▶ [YOUR TASK]:
Locate the string "amount" in the listing below. Copy every line where it is found.

[Start of section]

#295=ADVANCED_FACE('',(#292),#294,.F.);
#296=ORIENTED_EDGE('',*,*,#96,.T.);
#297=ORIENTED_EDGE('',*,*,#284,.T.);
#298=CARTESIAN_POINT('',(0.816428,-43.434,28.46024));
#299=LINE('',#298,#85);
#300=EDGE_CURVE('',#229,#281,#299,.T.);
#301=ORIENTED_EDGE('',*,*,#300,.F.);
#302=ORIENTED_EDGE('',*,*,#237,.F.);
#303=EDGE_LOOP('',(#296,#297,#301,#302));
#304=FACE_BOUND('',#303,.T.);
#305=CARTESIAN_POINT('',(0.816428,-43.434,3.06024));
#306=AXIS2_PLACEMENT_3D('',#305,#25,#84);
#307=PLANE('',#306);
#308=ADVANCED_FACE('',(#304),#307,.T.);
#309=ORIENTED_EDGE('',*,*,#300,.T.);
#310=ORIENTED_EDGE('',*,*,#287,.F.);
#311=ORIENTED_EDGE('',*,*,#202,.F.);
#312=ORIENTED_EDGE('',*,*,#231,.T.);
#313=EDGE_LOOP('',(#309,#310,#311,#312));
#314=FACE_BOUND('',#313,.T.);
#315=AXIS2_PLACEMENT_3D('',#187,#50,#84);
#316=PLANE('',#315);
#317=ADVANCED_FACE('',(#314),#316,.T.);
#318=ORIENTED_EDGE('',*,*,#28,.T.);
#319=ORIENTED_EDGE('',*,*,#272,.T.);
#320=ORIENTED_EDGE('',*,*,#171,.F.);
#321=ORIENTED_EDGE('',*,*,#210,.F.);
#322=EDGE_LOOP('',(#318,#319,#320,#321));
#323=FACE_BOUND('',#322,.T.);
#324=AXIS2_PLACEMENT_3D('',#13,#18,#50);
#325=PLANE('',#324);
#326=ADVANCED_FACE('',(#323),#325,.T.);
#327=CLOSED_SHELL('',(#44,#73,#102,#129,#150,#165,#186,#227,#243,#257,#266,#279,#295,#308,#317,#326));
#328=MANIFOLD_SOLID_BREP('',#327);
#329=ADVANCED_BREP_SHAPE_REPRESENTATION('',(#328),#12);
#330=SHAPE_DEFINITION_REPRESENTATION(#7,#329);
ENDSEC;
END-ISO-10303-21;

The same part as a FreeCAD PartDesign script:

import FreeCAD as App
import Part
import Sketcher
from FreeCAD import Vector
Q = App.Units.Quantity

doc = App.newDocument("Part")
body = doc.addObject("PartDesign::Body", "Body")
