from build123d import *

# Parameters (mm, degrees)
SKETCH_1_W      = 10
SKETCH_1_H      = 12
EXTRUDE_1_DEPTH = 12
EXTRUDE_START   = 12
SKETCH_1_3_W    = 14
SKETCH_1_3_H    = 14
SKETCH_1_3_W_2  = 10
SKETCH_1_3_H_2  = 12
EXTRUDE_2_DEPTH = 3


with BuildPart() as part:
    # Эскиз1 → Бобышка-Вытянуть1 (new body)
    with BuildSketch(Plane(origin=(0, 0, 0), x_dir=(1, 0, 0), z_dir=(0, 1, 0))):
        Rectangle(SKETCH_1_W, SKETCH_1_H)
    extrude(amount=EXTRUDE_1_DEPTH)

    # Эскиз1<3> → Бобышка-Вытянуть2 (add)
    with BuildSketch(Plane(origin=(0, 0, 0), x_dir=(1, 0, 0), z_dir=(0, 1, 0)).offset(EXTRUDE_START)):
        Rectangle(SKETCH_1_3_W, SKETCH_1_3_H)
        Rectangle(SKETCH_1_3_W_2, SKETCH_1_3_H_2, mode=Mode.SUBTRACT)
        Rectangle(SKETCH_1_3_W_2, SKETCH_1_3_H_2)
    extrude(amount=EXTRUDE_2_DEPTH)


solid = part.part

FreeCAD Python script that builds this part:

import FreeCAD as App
import Part
import Sketcher

doc = App.newDocument("Part")
body = doc.addObject("PartDesign::Body", "Body")

sketch1 = body.newObject("Sketcher::SketchObject", "Sketch")
sketch1.AttachmentSupport = (doc.getObject("XZ_Plane"), [""])
sketch1.MapMode = "FlatFace"
sketch1.addGeometry([
    Part.LineSegment(App.Vector(-5, -6, 0), App.Vector(-5, 6, 0)),
    Part.LineSegment(App.Vector(-5, 6, 0), App.Vector(5, 6, 0)),
    Part.LineSegment(App.Vector(5, 6, 0), App.Vector(5, -6, 0)),
    Part.LineSegment(App.Vector(5, -6, 0), App.Vector(-5, -6, 0)),
], False)
sketch1.addConstraint([
    Sketcher.Constraint("Coincident", 0, 2, 1, 1),
    Sketcher.Constraint("Coincident", 1, 2, 2, 1),
    Sketcher.Constraint("Coincident", 2, 2, 3, 1),
    Sketcher.Constraint("Coincident", 3, 2, 0, 1),
    Sketcher.Constraint("Vertical", 0),
    Sketcher.Constraint("Horizontal", 1),
    Sketcher.Constraint("Vertical", 2),
    Sketcher.Constraint("Horizontal", 3),
    Sketcher.Constraint("Symmetric", 0, 2, 2, 2, -1, 1),
    Sketcher.Constraint("DistanceX", 1, 1, 1, 2, 10.0),
    Sketcher.Constraint("DistanceY", 0, 1, 0, 2, 12.0),
])
pad1 = body.newObject("PartDesign::Pad", "Pad")
pad1.Profile = sketch1
pad1.Length = 12
pad1.Reversed = True

sketch2 = body.newObject("Sketcher::SketchObject", "Sketch001")
sketch2.AttachmentSupport = (doc.getObject("XZ_Plane"), [""])
sketch2.MapMode = "FlatFace"
sketch2.AttachmentOffset = App.Placement(App.Vector(0, 0, -12), App.Rotation())
sketch2.addGeometry([
    Part.LineSegment(App.Vector(-7, -7, 0), App.Vector(-7, 7, 0)),
    Part.LineSegment(App.Vector(-7, 7, 0), App.Vector(7, 7, 0)),
    Part.LineSegment(App.Vector(7, 7, 0), App.Vector(7, -7, 0)),
    Part.LineSegment(App.Vector(7, -7, 0), App.Vector(-7, -7, 0)),
], False)
sketch2.addConstraint([
    Sketcher.Constraint("Coincident", 0, 2, 1, 1),
    Sketcher.Constraint("Coincident", 1, 2, 2, 1),
    Sketcher.Constraint("Coincident", 2, 2, 3, 1),
    Sketcher.Constraint("Coincident", 3, 2, 0, 1),
    Sketcher.Constraint("Vertical", 0),
    Sketcher.Constraint("Horizontal", 1),
    Sketcher.Constraint("Vertical", 2),
    Sketcher.Constraint("Horizontal", 3),
    Sketcher.Constraint("Symmetric", 0, 2, 2, 2, -1, 1),
    Sketcher.Constraint("Equal", 3, 0),
    Sketcher.Constraint("DistanceX", 1, 1, 1, 2, 14.0),
])
pad2 = body.newObject("PartDesign::Pad", "Pad001")
pad2.Profile = sketch2
pad2.Length = 3
pad2.Reversed = True

doc.recompute()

[End of section]

▶ [THE COMPLETED TASK]:
    extrude(amount=EXTRUDE_1_DEPTH)
    extrude(amount=EXTRUDE_2_DEPTH)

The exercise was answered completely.